Se estes sintomas estiverem presentes por mais de duas semanas e acarretarem prejuízo nas atividades da criança ou adolescente na escola e no seu meio social, há forte suspeita de depressão.
Além desses, existem outros sinais inespecíficos que podem estar presentes nas crianças menores de 12 anos, como:
- Dor na barriga, dor de cabeça, enjoo, dores nas pernas (sem causas aparentes).
- Choro fácil.
- Comportamento de roer unhas ou morder lápis, mutismo seletivo abrupto (recusa em falar) e tiques.

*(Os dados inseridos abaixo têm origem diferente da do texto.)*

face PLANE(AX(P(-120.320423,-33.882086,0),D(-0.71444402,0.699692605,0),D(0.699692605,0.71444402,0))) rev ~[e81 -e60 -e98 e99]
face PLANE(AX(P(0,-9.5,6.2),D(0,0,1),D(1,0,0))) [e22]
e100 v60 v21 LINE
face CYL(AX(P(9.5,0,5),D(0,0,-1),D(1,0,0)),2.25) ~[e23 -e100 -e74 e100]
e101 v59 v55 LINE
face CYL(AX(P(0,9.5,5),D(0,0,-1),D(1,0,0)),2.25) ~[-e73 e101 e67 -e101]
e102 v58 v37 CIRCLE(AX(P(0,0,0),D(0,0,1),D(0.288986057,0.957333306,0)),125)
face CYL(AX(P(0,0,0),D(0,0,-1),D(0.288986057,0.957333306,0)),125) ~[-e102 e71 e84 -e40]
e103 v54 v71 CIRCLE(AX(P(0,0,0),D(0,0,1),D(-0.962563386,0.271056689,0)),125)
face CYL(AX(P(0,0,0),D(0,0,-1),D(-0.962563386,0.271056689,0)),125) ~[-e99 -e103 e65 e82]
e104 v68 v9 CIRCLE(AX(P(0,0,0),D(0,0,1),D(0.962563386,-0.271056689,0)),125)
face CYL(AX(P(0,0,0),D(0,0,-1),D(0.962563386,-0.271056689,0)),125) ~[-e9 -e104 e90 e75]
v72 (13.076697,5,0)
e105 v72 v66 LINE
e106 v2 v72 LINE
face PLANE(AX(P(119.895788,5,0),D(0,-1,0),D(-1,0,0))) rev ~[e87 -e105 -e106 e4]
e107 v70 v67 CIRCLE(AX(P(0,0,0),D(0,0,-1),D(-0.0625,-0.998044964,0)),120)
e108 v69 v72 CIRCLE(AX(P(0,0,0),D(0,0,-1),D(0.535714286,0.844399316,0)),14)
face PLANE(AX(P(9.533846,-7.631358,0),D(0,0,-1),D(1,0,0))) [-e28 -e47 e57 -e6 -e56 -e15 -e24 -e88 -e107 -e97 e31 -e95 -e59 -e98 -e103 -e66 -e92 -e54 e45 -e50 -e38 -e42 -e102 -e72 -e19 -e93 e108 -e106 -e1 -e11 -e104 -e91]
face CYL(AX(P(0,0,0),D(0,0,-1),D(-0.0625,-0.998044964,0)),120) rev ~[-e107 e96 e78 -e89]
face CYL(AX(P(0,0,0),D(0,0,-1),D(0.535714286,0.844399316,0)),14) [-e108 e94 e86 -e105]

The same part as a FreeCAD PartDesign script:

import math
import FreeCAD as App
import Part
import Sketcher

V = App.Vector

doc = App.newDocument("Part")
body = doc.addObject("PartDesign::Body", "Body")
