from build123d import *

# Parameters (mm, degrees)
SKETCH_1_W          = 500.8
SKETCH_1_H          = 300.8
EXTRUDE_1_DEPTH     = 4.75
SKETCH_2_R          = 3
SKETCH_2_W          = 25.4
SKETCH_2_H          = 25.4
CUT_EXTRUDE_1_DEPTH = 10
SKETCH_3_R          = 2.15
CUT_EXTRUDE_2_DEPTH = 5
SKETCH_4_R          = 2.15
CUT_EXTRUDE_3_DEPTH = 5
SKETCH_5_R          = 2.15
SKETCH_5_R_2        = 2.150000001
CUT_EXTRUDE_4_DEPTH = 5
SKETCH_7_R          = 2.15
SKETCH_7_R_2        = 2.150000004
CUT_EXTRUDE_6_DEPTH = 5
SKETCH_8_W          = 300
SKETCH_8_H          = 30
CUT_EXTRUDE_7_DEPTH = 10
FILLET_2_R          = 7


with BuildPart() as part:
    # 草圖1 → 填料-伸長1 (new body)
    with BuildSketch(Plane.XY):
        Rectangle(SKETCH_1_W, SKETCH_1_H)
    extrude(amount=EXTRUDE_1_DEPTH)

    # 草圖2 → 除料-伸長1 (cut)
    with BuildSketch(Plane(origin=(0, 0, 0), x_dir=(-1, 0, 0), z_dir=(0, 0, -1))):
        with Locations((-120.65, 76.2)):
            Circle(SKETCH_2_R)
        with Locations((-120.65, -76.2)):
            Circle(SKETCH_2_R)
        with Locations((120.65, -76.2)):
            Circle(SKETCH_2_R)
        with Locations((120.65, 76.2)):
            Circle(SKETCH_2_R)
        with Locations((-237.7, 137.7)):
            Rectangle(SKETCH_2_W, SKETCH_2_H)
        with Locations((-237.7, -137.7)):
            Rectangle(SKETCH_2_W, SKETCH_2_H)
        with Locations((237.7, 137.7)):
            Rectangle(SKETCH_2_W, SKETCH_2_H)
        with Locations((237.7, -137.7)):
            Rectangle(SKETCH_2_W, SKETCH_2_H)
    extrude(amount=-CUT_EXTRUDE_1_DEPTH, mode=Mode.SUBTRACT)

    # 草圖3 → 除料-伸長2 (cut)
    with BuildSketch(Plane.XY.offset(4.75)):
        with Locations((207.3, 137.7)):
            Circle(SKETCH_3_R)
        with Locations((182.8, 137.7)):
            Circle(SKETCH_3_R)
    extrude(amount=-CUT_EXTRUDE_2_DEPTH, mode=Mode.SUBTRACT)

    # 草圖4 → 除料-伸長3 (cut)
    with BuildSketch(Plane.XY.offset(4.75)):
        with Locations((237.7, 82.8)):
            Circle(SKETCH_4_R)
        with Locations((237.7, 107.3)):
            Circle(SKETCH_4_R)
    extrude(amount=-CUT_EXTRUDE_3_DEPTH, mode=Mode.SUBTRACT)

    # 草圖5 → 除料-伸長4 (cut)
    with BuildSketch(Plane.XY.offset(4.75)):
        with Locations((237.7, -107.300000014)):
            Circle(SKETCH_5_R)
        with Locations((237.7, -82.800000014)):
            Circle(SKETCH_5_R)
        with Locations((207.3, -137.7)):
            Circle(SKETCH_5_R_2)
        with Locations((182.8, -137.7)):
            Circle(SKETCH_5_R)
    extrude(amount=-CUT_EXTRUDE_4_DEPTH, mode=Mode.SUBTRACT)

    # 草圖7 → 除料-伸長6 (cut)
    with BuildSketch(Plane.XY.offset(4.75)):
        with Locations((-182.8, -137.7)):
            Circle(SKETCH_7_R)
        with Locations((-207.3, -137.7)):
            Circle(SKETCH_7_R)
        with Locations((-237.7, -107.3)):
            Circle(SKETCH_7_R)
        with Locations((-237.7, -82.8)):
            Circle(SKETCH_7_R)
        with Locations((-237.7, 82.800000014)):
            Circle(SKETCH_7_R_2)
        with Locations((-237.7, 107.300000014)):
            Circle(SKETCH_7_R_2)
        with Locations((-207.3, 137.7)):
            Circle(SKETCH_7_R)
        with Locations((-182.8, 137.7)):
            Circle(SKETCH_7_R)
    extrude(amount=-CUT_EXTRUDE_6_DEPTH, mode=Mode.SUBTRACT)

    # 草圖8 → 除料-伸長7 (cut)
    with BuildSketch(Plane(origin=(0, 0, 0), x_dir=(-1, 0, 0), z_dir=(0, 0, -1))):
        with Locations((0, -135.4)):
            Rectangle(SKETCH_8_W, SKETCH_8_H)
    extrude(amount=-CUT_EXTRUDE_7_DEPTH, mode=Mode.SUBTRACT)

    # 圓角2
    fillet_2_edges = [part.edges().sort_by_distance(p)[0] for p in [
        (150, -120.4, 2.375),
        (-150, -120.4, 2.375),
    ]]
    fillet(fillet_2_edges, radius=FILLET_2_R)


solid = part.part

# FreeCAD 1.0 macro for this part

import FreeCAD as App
import Part
import Sketcher
Q = App.Units.Quantity


def edges_at(feature, points):
    """Names of the edges that pass closest to the given points."""
    edges = feature.Shape.Edges
    near = lambda p: min(range(len(edges)), key=lambda i: edges[i].distToShape(Part.Vertex(*p))[0])
    return sorted({f"Edge{near(p) + 1}" for p in points})

doc = App.newDocument("Part")
body = doc.addObject("PartDesign::Body", "Body")

# Sketch on XY plane
sketch1 = doc.addObject("Sketcher::SketchObject", "Sketch")
body.addObject(sketch1)
sketch1.AttachmentSupport = (doc.XY_Plane, [""])
sketch1.MapMode = "FlatFace"
sketch1.addGeometry([
    Part.LineSegment(App.Vector(-250.4, 150.4, 0), App.Vector(-250.4, -150.4, 0)),
    Part.LineSegment(App.Vector(-250.4, -150.4, 0), App.Vector(250.4, -150.4, 0)),
    Part.LineSegment(App.Vector(250.4, -150.4, 0), App.Vector(250.4, 150.4, 0)),
    Part.LineSegment(App.Vector(250.4, 150.4, 0), App.Vector(-250.4, 150.4, 0)),
], False)
sketch1.addConstraint([
    Sketcher.Constraint("Coincident", 0, 2, 1, 1),
    Sketcher.Constraint("Coincident", 1, 2, 2, 1),
    Sketcher.Constraint("Coincident", 2, 2, 3, 1),
    Sketcher.Constraint("Coincident", 3, 2, 0, 1),
    Sketcher.Constraint("Vertical", 0),
    Sketcher.Constraint("Horizontal", 1),
    Sketcher.Constraint("Vertical", 2),
    Sketcher.Constraint("Horizontal", 3),
    Sketcher.Constraint("Symmetric", 0, 2, 2, 2, -1, 1),
    Sketcher.Constraint("DistanceX", 1, 1, 1, 2, Q("500.8 mm")),
    Sketcher.Constraint("DistanceY", 0, 2, 0, 1, Q("300.8 mm")),
])
pad1 = doc.addObject("PartDesign::Pad", "Pad")
body.addObject(pad1)
pad1.Profile = sketch1
pad1.Length = 4.75

# Sketch on XY plane
sketch2 = doc.addObject("Sketcher::SketchObject", "Sketch001")
body.addObject(sketch2)
sketch2.AttachmentSupport = (doc.XY_Plane, [""])
sketch2.MapMode = "FlatFace"
sketch2.addGeometry([
    Part.Circle(App.Vector(120.65, 76.2, 0), App.Vector(0, 0, 1), 3),  # 0
    Part.Circle(App.Vector(120.65, -76.2, 0), App.Vector(0, 0, 1), 3),  # 1
    Part.Circle(App.Vector(-120.65, -76.2, 0), App.Vector(0, 0, 1), 3),  # 2
    Part.Circle(App.Vector(-120.65, 76.2, 0), App.Vector(0, 0, 1), 3),  # 3
    Part.LineSegment(App.Vector(250.4, 150.4, 0), App.Vector(250.4, 125, 0)),  # 4
    Part.LineSegment(App.Vector(250.4, 125, 0), App.Vector(225, 125, 0)),  # 5
    Part.LineSegment(App.Vector(225, 125, 0), App.Vector(225, 150.4, 0)),  # 6
    Part.LineSegment(App.Vector(225, 150.4, 0), App.Vector(250.4, 150.4, 0)),  # 7
    Part.LineSegment(App.Vector(250.4, -125, 0), App.Vector(250.4, -150.4, 0)),  # 8
    Part.LineSegment(App.Vector(250.4, -150.4, 0), App.Vector(225, -150.4, 0)),  # 9
    Part.LineSegment(App.Vector(225, -150.4, 0), App.Vector(225, -125, 0)),  # 10
    Part.LineSegment(App.Vector(225, -125, 0), App.Vector(250.4, -125, 0)),  # 11
    Part.LineSegment(App.Vector(-225, 150.4, 0), App.Vector(-225, 125, 0)),  # 12
    Part.LineSegment(App.Vector(-225, 125, 0), App.Vector(-250.4, 125, 0)),  # 13
    Part.LineSegment(App.Vector(-250.4, 125, 0), App.Vector(-250.4, 150.4, 0)),  # 14
    Part.LineSegment(App.Vector(-250.4, 150.4, 0), App.Vector(-225, 150.4, 0)),  # 15
    Part.LineSegment(App.Vector(-225, -125, 0), App.Vector(-225, -150.4, 0)),  # 16
    Part.LineSegment(App.Vector(-225, -150.4, 0), App.Vector(-250.4, -150.4, 0)),  # 17
    Part.LineSegment(App.Vector(-250.4, -150.4, 0), App.Vector(-250.4, -125, 0)),  # 18
    Part.LineSegment(App.Vector(-250.4, -125, 0), App.Vector(-225, -125, 0)),  # 19
], False)
sketch2.addConstraint([
    Sketcher.Constraint("Coincident", 4, 2, 5, 1),
    Sketcher.Constraint("Coincident", 5, 2, 6, 1),
    Sketcher.Constraint("Coincident", 6, 2, 7, 1),
    Sketcher.Constraint("Coincident", 7, 2, 4, 1),
    Sketcher.Constraint("Coincident", 8, 2, 9, 1),
    Sketcher.Constraint("Coincident", 9, 2, 10, 1),
    Sketcher.Constraint("Coincident", 10, 2, 11, 1),
    Sketcher.Constraint("Coincident", 11, 2, 8, 1),
    Sketcher.Constraint("Coincident", 12, 2, 13, 1),
    Sketcher.Constraint("Coincident", 13, 2, 14, 1),
    Sketcher.Constraint("Coincident", 14, 2, 15, 1),
    Sketcher.Constraint("Coincident", 15, 2, 12, 1),
    Sketcher.Constraint("Coincident", 16, 2, 17, 1),
    Sketcher.Constraint("Coincident", 17, 2, 18, 1),
    Sketcher.Constraint("Coincident", 18, 2, 19, 1),
    Sketcher.Constraint("Coincident", 19, 2, 16, 1),
    Sketcher.Constraint("Vertical", 4),
    Sketcher.Constraint("Horizontal", 5),
    Sketcher.Constraint("Vertical", 6),
    Sketcher.Constraint("Horizontal", 7),
    Sketcher.Constraint("Vertical", 8),
    Sketcher.Constraint("Horizontal", 9),
    Sketcher.Constraint("Vertical", 10),
    Sketcher.Constraint("Horizontal", 11),
    Sketcher.Constraint("Vertical", 12),
    Sketcher.Constraint("Horizontal", 13),
    Sketcher.Constraint("Vertical", 14),
    Sketcher.Constraint("Horizontal", 15),
    Sketcher.Constraint("Vertical", 16),
    Sketcher.Constraint("Horizontal", 17),
    Sketcher.Constraint("Vertical", 18),
    Sketcher.Constraint("Horizontal", 19),
    Sketcher.Constraint("Equal", 0, 1),
    Sketcher.Constraint("Equal", 1, 2),
    Sketcher.Constraint("Equal", 2, 3),
    Sketcher.Constraint("Symmetric", 0, 3, 2, 3, -1, 1),
    Sketcher.Constraint("Symmetric", 1, 3, 3, 3, -1, 1),
    Sketcher.Constraint("Symmetric", 10, 2, 12, 2, -1, 1),
    Sketcher.Constraint("Symmetric", 8, 2, 14, 2, -1, 1),
    Sketcher.Constraint("Symmetric", 6, 2, 16, 2, -1, 1),
    Sketcher.Constraint("Symmetric", 4, 2, 18, 2, -1, 1),
    Sketcher.Constraint("Symmetric", 1, 3, 2, 3, -2),
    Sketcher.Constraint("Symmetric", 5, 2, 12, 2, -2),
    Sketcher.Constraint("Symmetric", 7, 2, 14, 2, -2),
    Sketcher.Constraint("Equal", 19, 4),
    Sketcher.Constraint("Diameter", 0, Q("6 mm")),
    Sketcher.Constraint("DistanceX", 5, 2, 5, 1, Q("25.4 mm")),
    Sketcher.Constraint("DistanceY", -1, 1, 4, 2, Q("125 mm")),
    Sketcher.Constraint("DistanceX", -1, 1, 5, 2, Q("225 mm")),
    Sketcher.Constraint("DistanceY", -1, 1, 0, 3, Q("76.2 mm")),
    Sketcher.Constraint("DistanceX", 2, 3, 1, 3, Q("241.3 mm")),
])
pocket1 = doc.addObject("PartDesign::Pocket", "Pocket")
body.addObject(pocket1)
pocket1.Profile = sketch2
pocket1.Length = 10
pocket1.Reversed = True

# Sketch on XY plane
sketch3 = doc.addObject("Sketcher::SketchObject", "Sketch002")
body.addObject(sketch3)
sketch3.AttachmentSupport = (doc.XY_Plane, [""])
sketch3.MapMode = "FlatFace"
sketch3.AttachmentOffset = App.Placement(App.Vector(0, 0, 4.75), App.Rotation())
sketch3.addGeometry([
    Part.Circle(App.Vector(207.3, 137.7, 0), App.Vector(0, 0, 1), 2.15),
    Part.Circle(App.Vector(182.8, 137.7, 0), App.Vector(0, 0, 1), 2.15),
], False)
sketch3.addConstraint([
    Sketcher.Constraint("Equal", 0, 1),
    Sketcher.Constraint("Horizontal", 0, 3, 1, 3),
    Sketcher.Constraint("Diameter", 0, Q("4.3 mm")),
    Sketcher.Constraint("DistanceX", -1, 1, 0, 3, Q("207.3 mm")),
    Sketcher.Constraint("DistanceY", -1, 1, 0, 3, Q("137.7 mm")),
    Sketcher.Constraint("DistanceX", -1, 1, 1, 3, Q("182.8 mm")),
])
pocket2 = doc.addObject("PartDesign::Pocket", "Pocket001")
body.addObject(pocket2)
pocket2.Profile = sketch3
pocket2.Length = 5

# Sketch on XY plane
sketch4 = doc.addObject("Sketcher::SketchObject", "Sketch003")
body.addObject(sketch4)
sketch4.AttachmentSupport = (doc.XY_Plane, [""])
sketch4.MapMode = "FlatFace"
sketch4.AttachmentOffset = App.Placement(App.Vector(0, 0, 4.75), App.Rotation())
sketch4.addGeometry([
    Part.Circle(App.Vector(237.7, 82.8, 0), App.Vector(0, 0, 1), 2.15),
    Part.Circle(App.Vector(237.7, 107.3, 0), App.Vector(0, 0, 1), 2.15),
], False)
sketch4.addConstraint([
    Sketcher.Constraint("Equal", 0, 1),
    Sketcher.Constraint("Vertical", 0, 3, 1, 3),
    Sketcher.Constraint("Diameter", 0, Q("4.3 mm")),
    Sketcher.Constraint("DistanceX", -1, 1, 0, 3, Q("237.7 mm")),
    Sketcher.Constraint("DistanceY", -1, 1, 0, 3, Q("82.8 mm")),
    Sketcher.Constraint("DistanceY", -1, 1, 1, 3, Q("107.3 mm")),
])
pocket3 = doc.addObject("PartDesign::Pocket", "Pocket002")
body.addObject(pocket3)
pocket3.Profile = sketch4
pocket3.Length = 5
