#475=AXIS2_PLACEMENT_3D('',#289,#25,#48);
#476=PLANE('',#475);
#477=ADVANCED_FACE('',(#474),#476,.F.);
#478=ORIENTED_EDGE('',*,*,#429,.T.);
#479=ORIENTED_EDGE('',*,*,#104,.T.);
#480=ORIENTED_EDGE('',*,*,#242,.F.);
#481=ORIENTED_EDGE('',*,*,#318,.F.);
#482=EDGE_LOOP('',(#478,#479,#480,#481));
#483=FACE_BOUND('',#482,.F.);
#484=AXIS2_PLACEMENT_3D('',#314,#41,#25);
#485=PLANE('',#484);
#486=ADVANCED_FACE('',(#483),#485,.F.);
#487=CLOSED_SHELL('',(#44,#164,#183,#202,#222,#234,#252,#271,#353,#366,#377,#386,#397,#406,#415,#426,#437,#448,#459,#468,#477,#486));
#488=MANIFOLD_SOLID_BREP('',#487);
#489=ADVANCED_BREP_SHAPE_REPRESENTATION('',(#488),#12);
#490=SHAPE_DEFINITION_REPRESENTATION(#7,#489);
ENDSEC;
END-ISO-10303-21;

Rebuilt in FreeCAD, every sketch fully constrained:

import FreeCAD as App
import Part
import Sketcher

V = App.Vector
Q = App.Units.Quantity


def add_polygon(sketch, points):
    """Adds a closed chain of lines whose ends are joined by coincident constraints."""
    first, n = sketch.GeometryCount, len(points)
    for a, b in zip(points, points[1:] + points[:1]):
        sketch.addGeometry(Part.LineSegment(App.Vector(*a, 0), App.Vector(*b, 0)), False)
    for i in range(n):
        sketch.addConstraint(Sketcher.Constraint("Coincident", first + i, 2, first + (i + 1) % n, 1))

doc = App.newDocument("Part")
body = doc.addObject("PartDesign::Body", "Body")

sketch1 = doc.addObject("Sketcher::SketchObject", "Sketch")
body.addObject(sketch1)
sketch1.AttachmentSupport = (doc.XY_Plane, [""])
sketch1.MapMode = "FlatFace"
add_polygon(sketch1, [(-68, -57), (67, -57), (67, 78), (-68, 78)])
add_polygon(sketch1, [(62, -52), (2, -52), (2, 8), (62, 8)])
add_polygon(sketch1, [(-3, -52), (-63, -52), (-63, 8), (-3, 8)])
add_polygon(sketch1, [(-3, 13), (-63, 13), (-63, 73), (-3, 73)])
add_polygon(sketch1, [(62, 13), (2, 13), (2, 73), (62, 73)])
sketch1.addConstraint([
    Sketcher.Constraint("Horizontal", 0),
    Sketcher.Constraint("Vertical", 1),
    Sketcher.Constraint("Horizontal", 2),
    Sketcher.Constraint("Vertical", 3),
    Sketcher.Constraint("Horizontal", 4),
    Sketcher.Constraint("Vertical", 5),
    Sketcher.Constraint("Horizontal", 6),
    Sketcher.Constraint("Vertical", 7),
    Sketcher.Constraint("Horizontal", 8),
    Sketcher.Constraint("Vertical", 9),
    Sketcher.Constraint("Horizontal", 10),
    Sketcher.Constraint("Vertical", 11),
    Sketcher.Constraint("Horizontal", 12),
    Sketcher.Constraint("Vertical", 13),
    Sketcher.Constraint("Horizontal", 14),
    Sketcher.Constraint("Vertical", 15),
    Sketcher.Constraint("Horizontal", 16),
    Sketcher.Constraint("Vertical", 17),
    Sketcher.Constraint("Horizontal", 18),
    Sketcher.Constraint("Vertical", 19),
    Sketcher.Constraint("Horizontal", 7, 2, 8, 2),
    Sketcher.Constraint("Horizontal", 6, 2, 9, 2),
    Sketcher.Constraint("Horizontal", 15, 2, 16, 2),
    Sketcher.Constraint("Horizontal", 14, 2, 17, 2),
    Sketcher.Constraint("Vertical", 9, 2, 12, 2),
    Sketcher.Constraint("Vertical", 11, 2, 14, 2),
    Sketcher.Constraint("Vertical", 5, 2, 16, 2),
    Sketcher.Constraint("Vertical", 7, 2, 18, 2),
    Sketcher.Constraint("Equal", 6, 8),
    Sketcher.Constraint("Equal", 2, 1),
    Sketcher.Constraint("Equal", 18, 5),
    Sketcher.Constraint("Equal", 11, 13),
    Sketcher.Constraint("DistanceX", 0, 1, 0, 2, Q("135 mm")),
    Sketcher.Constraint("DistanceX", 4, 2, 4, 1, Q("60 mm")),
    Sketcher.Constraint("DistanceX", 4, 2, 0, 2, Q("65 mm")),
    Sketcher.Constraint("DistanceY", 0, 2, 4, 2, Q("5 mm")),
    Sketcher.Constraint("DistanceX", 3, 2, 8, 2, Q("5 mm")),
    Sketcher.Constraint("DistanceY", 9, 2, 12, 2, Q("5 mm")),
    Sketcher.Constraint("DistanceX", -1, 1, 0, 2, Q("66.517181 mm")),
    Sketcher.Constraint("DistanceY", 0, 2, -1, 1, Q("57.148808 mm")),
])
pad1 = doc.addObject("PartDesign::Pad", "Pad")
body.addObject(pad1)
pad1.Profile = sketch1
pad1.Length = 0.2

- Distúrbios do sono, como insônia, medo de dormir sozinho, pesadelos frequentes, terror noturno, sonolência excessiva.
- Enurese noturna (voltar a fazer xixi na cama).
- Recusa em ir à escola.
- Dificuldades escolares e queda do rendimento escolar.
- Agitação, irritabilidade, agressividade.
- Comportamento opositor.
Essas queixas não devem ser minimizadas pelos pais, familiares e professores e as crianças devem sempre ser levadas às consultas com o pediatra assistente.
O que podemos fazer quando há risco de depressão na infância?
Organizar a rotina de sono, com horário e tempo satisfatórios por idade, é essencial. Também devemos nos atentar ao tempo e conteúdo de tela, sempre seguindo as recomendações por idade. Brincadeiras e atividades de lazer, principalmente com a participação dos pais, é imprescindível – aliás, é recomendada atividade física de 60 minutos ao dia.
Praticar técnicas de relaxamento ou “mindfulness” também é um estímulo indicado. É de extrema importância que a escola esteja continuamente orientada para saber lidar e guiar a criança da forma mais adequada.
E qual o tratamento da depressão na infância?
Além das medidas acima, a criança e a família devem ser encaminhadas para psicoterapia. Técnicas de meditação e atenção plena podem ajudar. Além disso, medicações ansiolíticas e antidepressivas devem ser usadas nos casos de depressão moderada a grave, prescritas por profissional experiente. Proporcionar um ambiente afetuoso, harmonioso e estimulante torna o processo de cura mais rápido e efetivo.”
Fontes
Departamento Científico Pediatria do Desenvolvimento e Comportamento (2016-2018) • Sociedade Brasileira de Pediatria (agosto/2019).